Comparison of Covariance-Based Structural Equation Model and Partial Least Squares Equality Models
Abstract
Duygu Vargor and Tuncay Ogretmen
The aim of this research is to compare the differences between the objectives, distribution assumptions, sample sizes, parameters, fit indices, and measurement models of the covariance-based structural equation model (CB-SEM) and the partial and consistent partial least squares structural equation models (PLS-SEM and PLSc-SEM) to contribute to future studies. Data from Turkey's Information and Communication (ICT) scale of the Program for International Student Assessment (PISA) for the year 2018 was used. Exploratory factor analysis (EFA) was initially conducted on the data from a sample of 5963 individuals, followed by confirmatory factor Analysis (CFA) using CB-SEM, PLS-SEM, and PLSc-SEM. CFA was performed by obtaining normal and non-normal distributions from the same sample data. The structure validity and reliability, goodness-of-fit indices, item parameters, and latent variable parameters obtained using CB-SEM, PLS-SEM, and PLSc-SEM were compared.

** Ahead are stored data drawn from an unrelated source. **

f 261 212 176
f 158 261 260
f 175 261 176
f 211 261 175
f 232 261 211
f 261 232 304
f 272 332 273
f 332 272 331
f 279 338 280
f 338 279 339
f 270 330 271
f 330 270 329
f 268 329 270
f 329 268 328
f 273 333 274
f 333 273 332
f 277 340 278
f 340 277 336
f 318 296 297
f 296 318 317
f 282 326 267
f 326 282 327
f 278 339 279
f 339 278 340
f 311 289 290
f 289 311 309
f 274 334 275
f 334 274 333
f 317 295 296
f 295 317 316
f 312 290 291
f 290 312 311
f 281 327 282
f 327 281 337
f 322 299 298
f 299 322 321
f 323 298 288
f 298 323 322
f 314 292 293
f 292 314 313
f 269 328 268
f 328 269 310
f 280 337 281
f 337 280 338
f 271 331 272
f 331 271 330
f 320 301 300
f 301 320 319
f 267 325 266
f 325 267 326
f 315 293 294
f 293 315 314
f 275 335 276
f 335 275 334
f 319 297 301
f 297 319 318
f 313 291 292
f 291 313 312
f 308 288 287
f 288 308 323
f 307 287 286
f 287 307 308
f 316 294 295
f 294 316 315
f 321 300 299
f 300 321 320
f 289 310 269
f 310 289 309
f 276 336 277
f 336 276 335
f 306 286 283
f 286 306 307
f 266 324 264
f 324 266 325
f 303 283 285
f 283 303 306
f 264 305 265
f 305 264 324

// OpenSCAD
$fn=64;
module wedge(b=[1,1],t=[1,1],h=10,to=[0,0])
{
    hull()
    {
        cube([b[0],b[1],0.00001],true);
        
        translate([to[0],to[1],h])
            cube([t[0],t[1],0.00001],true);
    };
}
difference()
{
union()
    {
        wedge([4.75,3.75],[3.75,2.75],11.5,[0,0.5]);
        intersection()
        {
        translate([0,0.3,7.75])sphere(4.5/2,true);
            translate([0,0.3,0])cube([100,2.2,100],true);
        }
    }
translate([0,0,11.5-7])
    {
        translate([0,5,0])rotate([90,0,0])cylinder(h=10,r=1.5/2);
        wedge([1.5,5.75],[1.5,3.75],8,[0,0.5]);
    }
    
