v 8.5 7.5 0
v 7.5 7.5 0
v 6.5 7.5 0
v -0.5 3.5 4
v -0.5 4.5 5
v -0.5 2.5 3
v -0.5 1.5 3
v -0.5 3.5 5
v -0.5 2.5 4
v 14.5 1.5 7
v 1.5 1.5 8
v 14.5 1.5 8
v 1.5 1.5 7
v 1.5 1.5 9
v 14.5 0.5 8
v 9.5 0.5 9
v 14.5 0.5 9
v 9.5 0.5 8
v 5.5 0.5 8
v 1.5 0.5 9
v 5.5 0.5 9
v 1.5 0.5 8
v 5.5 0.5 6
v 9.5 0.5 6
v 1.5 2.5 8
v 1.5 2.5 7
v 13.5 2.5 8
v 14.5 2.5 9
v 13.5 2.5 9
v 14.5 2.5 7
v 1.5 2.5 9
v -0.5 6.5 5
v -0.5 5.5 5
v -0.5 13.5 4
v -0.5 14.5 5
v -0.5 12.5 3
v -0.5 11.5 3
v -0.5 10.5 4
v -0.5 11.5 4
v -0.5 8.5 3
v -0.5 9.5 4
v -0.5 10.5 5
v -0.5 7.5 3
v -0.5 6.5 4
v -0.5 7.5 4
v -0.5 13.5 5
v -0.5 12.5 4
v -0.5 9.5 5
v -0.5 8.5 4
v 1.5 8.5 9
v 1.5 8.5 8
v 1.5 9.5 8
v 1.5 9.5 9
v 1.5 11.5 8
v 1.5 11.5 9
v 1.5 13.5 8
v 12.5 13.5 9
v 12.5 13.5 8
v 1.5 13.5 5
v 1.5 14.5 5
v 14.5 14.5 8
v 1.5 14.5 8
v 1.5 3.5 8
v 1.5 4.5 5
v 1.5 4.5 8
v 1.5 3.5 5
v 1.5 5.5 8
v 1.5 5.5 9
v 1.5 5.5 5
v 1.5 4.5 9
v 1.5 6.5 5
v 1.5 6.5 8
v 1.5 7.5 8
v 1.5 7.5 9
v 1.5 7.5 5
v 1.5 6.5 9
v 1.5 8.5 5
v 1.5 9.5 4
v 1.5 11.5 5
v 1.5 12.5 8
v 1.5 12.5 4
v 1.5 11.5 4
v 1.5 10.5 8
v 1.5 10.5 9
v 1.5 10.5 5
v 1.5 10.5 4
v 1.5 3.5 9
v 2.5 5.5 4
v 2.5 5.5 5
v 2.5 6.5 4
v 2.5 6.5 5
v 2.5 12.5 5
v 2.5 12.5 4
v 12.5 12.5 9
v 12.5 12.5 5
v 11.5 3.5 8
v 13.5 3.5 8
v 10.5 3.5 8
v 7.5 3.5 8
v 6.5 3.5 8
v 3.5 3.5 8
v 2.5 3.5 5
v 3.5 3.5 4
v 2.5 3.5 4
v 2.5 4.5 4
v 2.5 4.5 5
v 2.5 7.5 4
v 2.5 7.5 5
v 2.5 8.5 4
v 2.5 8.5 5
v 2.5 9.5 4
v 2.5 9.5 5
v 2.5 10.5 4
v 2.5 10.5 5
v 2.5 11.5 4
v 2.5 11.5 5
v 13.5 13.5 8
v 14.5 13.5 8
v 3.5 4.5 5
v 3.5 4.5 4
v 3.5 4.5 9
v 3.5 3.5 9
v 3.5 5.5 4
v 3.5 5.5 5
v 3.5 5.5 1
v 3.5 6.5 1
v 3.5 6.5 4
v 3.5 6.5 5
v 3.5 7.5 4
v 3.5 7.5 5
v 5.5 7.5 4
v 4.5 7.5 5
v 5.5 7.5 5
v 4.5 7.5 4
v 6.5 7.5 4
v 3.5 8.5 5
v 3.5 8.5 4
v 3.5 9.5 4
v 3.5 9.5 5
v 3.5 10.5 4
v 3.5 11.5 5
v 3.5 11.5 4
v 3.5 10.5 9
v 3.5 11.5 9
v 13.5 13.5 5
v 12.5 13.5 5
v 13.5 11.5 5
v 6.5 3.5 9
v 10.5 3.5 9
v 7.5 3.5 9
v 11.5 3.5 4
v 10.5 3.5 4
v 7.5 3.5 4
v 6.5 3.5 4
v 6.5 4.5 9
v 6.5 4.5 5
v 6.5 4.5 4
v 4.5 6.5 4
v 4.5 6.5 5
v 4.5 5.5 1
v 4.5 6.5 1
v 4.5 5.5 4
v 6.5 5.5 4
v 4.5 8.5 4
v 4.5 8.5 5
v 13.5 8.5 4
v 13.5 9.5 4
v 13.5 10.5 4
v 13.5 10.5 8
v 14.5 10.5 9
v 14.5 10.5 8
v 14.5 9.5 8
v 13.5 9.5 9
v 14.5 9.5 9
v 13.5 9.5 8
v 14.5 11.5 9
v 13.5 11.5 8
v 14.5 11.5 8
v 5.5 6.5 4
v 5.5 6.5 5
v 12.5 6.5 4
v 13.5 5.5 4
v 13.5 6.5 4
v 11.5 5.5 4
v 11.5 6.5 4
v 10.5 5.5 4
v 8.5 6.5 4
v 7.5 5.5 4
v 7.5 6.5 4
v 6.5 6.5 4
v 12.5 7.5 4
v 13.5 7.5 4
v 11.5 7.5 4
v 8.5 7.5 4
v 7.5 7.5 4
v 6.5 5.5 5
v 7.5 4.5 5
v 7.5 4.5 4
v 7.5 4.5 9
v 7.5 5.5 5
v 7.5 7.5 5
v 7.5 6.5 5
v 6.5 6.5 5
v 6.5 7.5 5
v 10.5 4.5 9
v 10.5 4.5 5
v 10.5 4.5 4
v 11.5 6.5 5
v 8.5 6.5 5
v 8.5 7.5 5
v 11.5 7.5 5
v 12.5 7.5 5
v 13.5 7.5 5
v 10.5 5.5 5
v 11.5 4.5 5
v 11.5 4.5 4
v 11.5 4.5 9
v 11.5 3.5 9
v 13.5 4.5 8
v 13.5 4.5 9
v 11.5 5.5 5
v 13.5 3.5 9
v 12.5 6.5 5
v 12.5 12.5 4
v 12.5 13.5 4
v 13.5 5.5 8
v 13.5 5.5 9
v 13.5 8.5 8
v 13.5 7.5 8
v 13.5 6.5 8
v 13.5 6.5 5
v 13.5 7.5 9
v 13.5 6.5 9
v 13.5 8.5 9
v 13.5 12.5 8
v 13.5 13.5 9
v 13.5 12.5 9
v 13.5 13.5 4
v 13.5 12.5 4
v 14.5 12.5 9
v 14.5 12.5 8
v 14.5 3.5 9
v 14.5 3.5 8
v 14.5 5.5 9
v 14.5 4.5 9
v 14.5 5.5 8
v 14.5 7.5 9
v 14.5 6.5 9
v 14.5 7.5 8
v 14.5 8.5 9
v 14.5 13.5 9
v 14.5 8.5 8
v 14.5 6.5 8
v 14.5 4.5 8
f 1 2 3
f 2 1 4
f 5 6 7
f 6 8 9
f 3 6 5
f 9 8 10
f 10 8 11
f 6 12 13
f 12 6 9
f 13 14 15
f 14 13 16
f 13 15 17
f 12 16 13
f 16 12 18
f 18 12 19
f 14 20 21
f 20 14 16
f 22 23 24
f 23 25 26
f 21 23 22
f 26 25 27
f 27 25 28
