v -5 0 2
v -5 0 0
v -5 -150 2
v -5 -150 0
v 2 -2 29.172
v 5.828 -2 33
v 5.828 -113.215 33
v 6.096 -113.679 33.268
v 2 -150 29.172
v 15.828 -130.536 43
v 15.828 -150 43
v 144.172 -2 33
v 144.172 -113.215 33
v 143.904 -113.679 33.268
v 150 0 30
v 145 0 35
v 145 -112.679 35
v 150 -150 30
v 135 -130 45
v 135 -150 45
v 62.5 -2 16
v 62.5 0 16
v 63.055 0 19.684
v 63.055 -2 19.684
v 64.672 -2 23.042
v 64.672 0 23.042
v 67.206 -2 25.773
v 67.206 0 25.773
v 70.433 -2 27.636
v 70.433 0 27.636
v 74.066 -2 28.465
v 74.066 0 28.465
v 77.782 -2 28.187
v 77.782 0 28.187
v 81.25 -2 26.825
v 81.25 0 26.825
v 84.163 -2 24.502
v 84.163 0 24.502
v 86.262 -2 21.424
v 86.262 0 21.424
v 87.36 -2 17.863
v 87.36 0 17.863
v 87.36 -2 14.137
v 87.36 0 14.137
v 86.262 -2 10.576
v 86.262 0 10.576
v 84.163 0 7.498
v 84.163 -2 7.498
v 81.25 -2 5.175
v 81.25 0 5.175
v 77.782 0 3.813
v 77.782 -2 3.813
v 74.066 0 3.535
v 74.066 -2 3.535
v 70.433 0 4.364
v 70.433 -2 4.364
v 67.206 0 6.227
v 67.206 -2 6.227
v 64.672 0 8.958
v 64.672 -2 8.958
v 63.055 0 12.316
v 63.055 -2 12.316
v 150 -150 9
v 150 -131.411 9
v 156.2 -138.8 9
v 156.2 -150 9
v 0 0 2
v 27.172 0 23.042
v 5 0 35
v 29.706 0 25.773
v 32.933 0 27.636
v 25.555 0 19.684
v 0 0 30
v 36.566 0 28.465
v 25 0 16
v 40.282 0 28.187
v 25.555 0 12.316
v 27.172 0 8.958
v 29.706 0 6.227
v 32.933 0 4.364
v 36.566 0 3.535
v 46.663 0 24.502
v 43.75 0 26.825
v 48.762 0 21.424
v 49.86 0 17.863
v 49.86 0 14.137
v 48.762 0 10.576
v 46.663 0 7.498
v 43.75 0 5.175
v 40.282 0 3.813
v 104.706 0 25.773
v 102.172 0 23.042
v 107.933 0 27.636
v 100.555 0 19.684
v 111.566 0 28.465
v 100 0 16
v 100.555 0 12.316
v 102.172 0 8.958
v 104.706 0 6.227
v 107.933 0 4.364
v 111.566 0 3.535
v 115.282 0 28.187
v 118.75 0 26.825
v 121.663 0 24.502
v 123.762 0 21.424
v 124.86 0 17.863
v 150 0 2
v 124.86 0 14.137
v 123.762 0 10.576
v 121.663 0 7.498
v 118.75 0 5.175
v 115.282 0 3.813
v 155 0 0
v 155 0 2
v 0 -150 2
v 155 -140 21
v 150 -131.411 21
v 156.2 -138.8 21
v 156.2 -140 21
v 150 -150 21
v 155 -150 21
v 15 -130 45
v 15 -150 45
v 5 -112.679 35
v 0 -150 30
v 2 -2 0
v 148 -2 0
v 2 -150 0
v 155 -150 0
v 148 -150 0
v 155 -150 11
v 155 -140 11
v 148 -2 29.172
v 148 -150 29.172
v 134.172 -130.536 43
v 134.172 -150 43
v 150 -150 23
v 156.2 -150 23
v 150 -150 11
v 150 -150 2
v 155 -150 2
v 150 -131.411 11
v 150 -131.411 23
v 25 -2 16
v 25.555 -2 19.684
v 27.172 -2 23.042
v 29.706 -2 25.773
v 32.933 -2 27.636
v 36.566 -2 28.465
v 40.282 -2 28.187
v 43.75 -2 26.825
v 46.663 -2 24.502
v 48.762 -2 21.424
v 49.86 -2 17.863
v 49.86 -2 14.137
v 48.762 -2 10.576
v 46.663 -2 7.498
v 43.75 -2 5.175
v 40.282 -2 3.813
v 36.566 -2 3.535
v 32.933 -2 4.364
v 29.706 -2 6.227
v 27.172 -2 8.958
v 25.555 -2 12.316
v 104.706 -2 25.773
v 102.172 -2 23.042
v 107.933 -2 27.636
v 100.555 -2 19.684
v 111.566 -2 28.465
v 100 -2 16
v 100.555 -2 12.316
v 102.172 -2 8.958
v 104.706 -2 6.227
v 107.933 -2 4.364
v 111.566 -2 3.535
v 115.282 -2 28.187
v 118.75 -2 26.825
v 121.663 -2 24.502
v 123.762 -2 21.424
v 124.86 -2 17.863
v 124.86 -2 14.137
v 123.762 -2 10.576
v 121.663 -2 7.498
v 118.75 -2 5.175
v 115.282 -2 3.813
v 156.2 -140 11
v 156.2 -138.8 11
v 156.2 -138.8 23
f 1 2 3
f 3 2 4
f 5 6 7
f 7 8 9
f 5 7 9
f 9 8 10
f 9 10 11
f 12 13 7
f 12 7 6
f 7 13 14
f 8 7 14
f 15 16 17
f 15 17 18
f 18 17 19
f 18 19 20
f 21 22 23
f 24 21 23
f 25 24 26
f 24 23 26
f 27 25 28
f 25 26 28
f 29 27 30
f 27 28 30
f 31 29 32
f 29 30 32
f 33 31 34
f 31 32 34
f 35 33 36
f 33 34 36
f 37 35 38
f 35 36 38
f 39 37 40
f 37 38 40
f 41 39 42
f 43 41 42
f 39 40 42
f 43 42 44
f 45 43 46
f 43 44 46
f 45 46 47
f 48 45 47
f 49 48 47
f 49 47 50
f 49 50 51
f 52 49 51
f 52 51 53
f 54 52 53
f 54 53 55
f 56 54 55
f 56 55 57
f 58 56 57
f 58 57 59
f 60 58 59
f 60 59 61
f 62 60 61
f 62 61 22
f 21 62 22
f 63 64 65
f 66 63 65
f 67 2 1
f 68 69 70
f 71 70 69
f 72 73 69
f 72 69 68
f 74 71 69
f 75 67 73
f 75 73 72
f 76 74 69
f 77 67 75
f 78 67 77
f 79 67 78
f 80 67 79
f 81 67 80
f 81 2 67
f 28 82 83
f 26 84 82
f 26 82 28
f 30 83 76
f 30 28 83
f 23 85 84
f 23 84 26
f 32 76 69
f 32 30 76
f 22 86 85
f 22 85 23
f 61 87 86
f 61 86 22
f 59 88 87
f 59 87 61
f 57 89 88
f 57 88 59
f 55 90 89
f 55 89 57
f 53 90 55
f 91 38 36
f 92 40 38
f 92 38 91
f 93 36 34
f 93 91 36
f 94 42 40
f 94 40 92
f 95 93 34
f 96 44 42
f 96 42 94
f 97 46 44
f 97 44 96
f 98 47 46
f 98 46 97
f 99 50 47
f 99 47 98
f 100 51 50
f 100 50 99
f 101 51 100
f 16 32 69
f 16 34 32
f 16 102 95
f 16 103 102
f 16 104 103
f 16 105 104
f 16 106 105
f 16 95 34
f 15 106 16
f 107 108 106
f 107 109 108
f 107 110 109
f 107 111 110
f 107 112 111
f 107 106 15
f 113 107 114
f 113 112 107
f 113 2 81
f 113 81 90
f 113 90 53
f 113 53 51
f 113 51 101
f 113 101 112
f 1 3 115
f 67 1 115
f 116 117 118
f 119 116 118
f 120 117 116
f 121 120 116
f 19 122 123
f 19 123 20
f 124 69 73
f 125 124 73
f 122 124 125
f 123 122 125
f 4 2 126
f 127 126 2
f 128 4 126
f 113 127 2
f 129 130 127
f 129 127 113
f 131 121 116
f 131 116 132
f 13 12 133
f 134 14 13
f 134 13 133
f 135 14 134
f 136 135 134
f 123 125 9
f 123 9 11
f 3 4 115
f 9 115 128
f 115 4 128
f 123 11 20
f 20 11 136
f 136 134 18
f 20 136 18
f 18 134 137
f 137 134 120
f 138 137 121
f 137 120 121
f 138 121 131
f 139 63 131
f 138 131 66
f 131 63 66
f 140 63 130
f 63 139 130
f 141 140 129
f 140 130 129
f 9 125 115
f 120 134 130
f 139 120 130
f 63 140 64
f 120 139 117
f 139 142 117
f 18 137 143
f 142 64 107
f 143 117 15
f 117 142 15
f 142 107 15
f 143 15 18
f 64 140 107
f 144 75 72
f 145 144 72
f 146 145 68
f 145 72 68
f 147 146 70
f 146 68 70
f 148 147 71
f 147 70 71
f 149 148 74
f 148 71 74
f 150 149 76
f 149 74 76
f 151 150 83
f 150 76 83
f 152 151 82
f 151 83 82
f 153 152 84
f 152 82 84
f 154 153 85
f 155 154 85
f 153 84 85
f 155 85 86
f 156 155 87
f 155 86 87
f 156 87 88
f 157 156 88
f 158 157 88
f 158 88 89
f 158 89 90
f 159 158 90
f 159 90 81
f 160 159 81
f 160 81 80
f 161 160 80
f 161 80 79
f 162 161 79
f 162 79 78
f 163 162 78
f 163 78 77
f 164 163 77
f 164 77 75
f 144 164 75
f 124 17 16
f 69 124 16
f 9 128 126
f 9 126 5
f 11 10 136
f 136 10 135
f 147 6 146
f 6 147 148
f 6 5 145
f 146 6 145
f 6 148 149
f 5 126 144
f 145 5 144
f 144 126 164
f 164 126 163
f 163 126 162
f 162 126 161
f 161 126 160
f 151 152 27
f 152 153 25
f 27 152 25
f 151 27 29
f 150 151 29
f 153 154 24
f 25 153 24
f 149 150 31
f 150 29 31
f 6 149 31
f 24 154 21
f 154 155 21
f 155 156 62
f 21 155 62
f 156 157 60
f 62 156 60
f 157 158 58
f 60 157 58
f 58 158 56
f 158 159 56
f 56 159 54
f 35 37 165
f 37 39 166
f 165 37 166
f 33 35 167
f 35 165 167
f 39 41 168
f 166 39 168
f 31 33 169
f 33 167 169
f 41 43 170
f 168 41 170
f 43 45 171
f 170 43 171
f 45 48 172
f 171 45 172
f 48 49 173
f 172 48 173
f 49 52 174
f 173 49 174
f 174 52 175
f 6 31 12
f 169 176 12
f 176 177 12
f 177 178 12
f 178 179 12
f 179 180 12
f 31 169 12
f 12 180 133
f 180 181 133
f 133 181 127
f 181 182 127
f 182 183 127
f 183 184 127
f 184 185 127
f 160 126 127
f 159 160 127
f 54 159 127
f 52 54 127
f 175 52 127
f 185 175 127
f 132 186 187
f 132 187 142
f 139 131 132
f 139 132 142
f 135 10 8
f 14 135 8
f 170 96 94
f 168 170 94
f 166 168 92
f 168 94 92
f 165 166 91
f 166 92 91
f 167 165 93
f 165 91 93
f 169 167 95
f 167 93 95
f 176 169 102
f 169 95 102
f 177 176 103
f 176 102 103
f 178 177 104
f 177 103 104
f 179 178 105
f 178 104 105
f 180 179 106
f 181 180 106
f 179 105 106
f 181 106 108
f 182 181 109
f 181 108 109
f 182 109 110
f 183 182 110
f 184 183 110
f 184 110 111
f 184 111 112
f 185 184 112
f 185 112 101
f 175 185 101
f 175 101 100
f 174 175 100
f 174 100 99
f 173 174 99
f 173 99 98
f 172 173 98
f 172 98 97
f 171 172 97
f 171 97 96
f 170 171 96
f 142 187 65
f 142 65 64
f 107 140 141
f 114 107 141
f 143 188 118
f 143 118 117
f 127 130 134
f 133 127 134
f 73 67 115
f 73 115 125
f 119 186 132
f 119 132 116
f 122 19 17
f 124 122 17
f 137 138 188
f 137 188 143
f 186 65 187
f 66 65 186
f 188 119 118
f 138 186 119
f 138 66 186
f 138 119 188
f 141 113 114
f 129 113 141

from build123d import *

# Parameters (mm, degrees)
F0_W        = 150
F0_H        = 45
F1_DEPTH    = 150
F2_W        = 5
F2_H        = 150
F3_DEPTH    = 2
F5_DEPTH    = 150
F6_SIZE     = 15
F7_T        = 2
F7_T3_DEPTH = 154
F7_T5_DEPTH = 144
F8_R        = 12.5
F9_DEPTH    = 25
F11_DEPTH   = 10
F13_DEPTH   = 14
F14_W       = 5
F14_H       = 10
F15_DEPTH   = 25
F16_W       = 1.2
F16_H       = 10
F16_W_2     = 1.4301043111
F17_DEPTH   = 6.2


# Not quite as in the source:
# - a shell that OpenCascade refuses in one call is made with other operations: the cavity is built on its own and cut out


with BuildPart() as f1:
    # F0 (on Front) → F1 (new body)
    with BuildSketch(Plane.XZ):
        with Locations((75, 22.5)):
            Rectangle(F0_W, F0_H)
    extrude(amount=F1_DEPTH)

    # F2 (on face) → F3 (join)
    with BuildSketch(Plane(origin=(0, 0, 0), x_dir=(1, 0, 0), z_dir=(0, 0, -1))):
        with Locations((152.5, 75)):
            Rectangle(F2_W, F2_H)
        with Locations((-2.5, 75)):
            Rectangle(F2_W, F2_H)
    extrude(amount=-F3_DEPTH)

    # F4 (on face) → F5 (cut, through all)
    with BuildSketch(Plane.YZ.offset(150)):
        Polygon((0, 35), (0, 45), (-130, 45), (-112.6794919243, 35), align=None)
    extrude(amount=-F5_DEPTH, mode=Mode.SUBTRACT)

    # F6
    f6_edges = [f1.edges().sort_by_distance(p)[0] for p in [
        (0, -140, 45),
        (150, -140, 45),
    ]]
    chamfer(f6_edges, length=F6_SIZE)

    # F7: shell of thickness 2, made by hand


with BuildPart() as f7_core1:
    # F7_t2: copy of F1
    add(f1.part)

    # the walls: a layer under each face that stays
    f7_faces = [f7_core1.faces().sort_by_distance(p)[0] for p in [
        (0, -75, 16),
        (75, 0, 17.5),
        (2.5, -25, 32.5),
        (-2.5, -75, 2),
        (75, -56.3397459622, 35),
        (147.5, -25, 32.5),
        (150, -75, 16),
        (152.5, -75, 2),
        (155, -75, 1),
        (-5, -75, 1),
        (75, -121.3397459622, 40),
        (75, -140, 45),
    ]]
    thicken(f7_faces, amount=-F7_T, mode=Mode.SUBTRACT)

    # F7_s4 → F7_t3 (cut)
    with BuildSketch(Plane.XZ.offset(-2)):
        Polygon((-0.02, 2.02), (2, 2), (2, 0), (0, 0), align=None)
        Polygon((150.02, 2.02), (148, 2), (148, 0), (150, 0), align=None)
    extrude(amount=F7_T3_DEPTH, mode=Mode.SUBTRACT)

    # F7_s6 → F7_t5 (cut)
    with BuildSketch(Plane.YZ.offset(3)):
        Polygon((-112.6694919243, 35.0373205081), (-112.6794919243, 33), (-113.2153903092, 33), (-113.6794919243, 33.2679491924), align=None)
    extrude(amount=F7_T5_DEPTH, mode=Mode.SUBTRACT)


with BuildPart() as f1_1:
    add(f1.part)

    # what is left inside the walls is the cavity
    f7_cavity = [f7_core1.part.solids().sort_by_distance(p)[0] for p in [
        (75, -100.666667, 0.02),
    ]]
    add(f7_cavity, mode=Mode.SUBTRACT)

    # F8 (on face) → F9 (cut)
    with BuildSketch(Plane(origin=(0, 0, 0), x_dir=(-1, 0, 0), z_dir=(0, 1, 0))):
        with Locations((-112.5, 16)):
            Circle(F8_R)
        with Locations((-75, 16)):
            Circle(F8_R)
        with Locations((-37.5, 16)):
            Circle(F8_R)
    extrude(amount=-F9_DEPTH, mode=Mode.SUBTRACT)

    # F10 (on face) → F11 (join)
    with BuildSketch(Plane.XZ.offset(150)):
        Polygon((156.2, 9), (156.2, 23), (150, 23), (150, 21), (155, 21), (155, 11), (150, 11), (150, 9), align=None)
    extrude(amount=-F11_DEPTH)

    # F12 (on face) → F13 (join, through all)
    with BuildSketch(Plane.XY.offset(23)):
        Polygon((150, -140), (156.2, -140), (156.2, -138.8), (150, -131.4111277259), align=None)
    extrude(amount=-F13_DEPTH)

    # F14 (on face) → F15 (cut)
    with BuildSketch(Plane.XZ.offset(150)):
        with Locations((152.5, 16)):
            Rectangle(F14_W, F14_H)
    extrude(amount=-F15_DEPTH, mode=Mode.SUBTRACT)

    # F16 (on face) → F17 (cut, through all)
    with BuildSketch(Plane.YZ.offset(156.2)):
        with Locations((-139.4, 16)):
            Rectangle(F16_W, F16_H)
        with Locations((-138.0849478444, 16)):
            Rectangle(F16_W_2, F16_H)
    extrude(amount=-F17_DEPTH, mode=Mode.SUBTRACT)


solid = f1_1.part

The CB-SEM model fit indices provide a better method for explaining how well a hypothetical model fits the experimental data. PLS-SEM and PLSc-SEM, on the other hand, have sufficient reliability and validity parameters for the weight of the items, while the confidence intervals, estimations, and variances of the items are insufficient. This study concludes that it is not appropriate to claim that PLS-SEM is a preferred method when the sample size is small, and the data distributions are non-normal. It is essential for the observed data to be consistent with the hypothesis and theory; otherwise, the analysis results may lead to errors and misconceptions.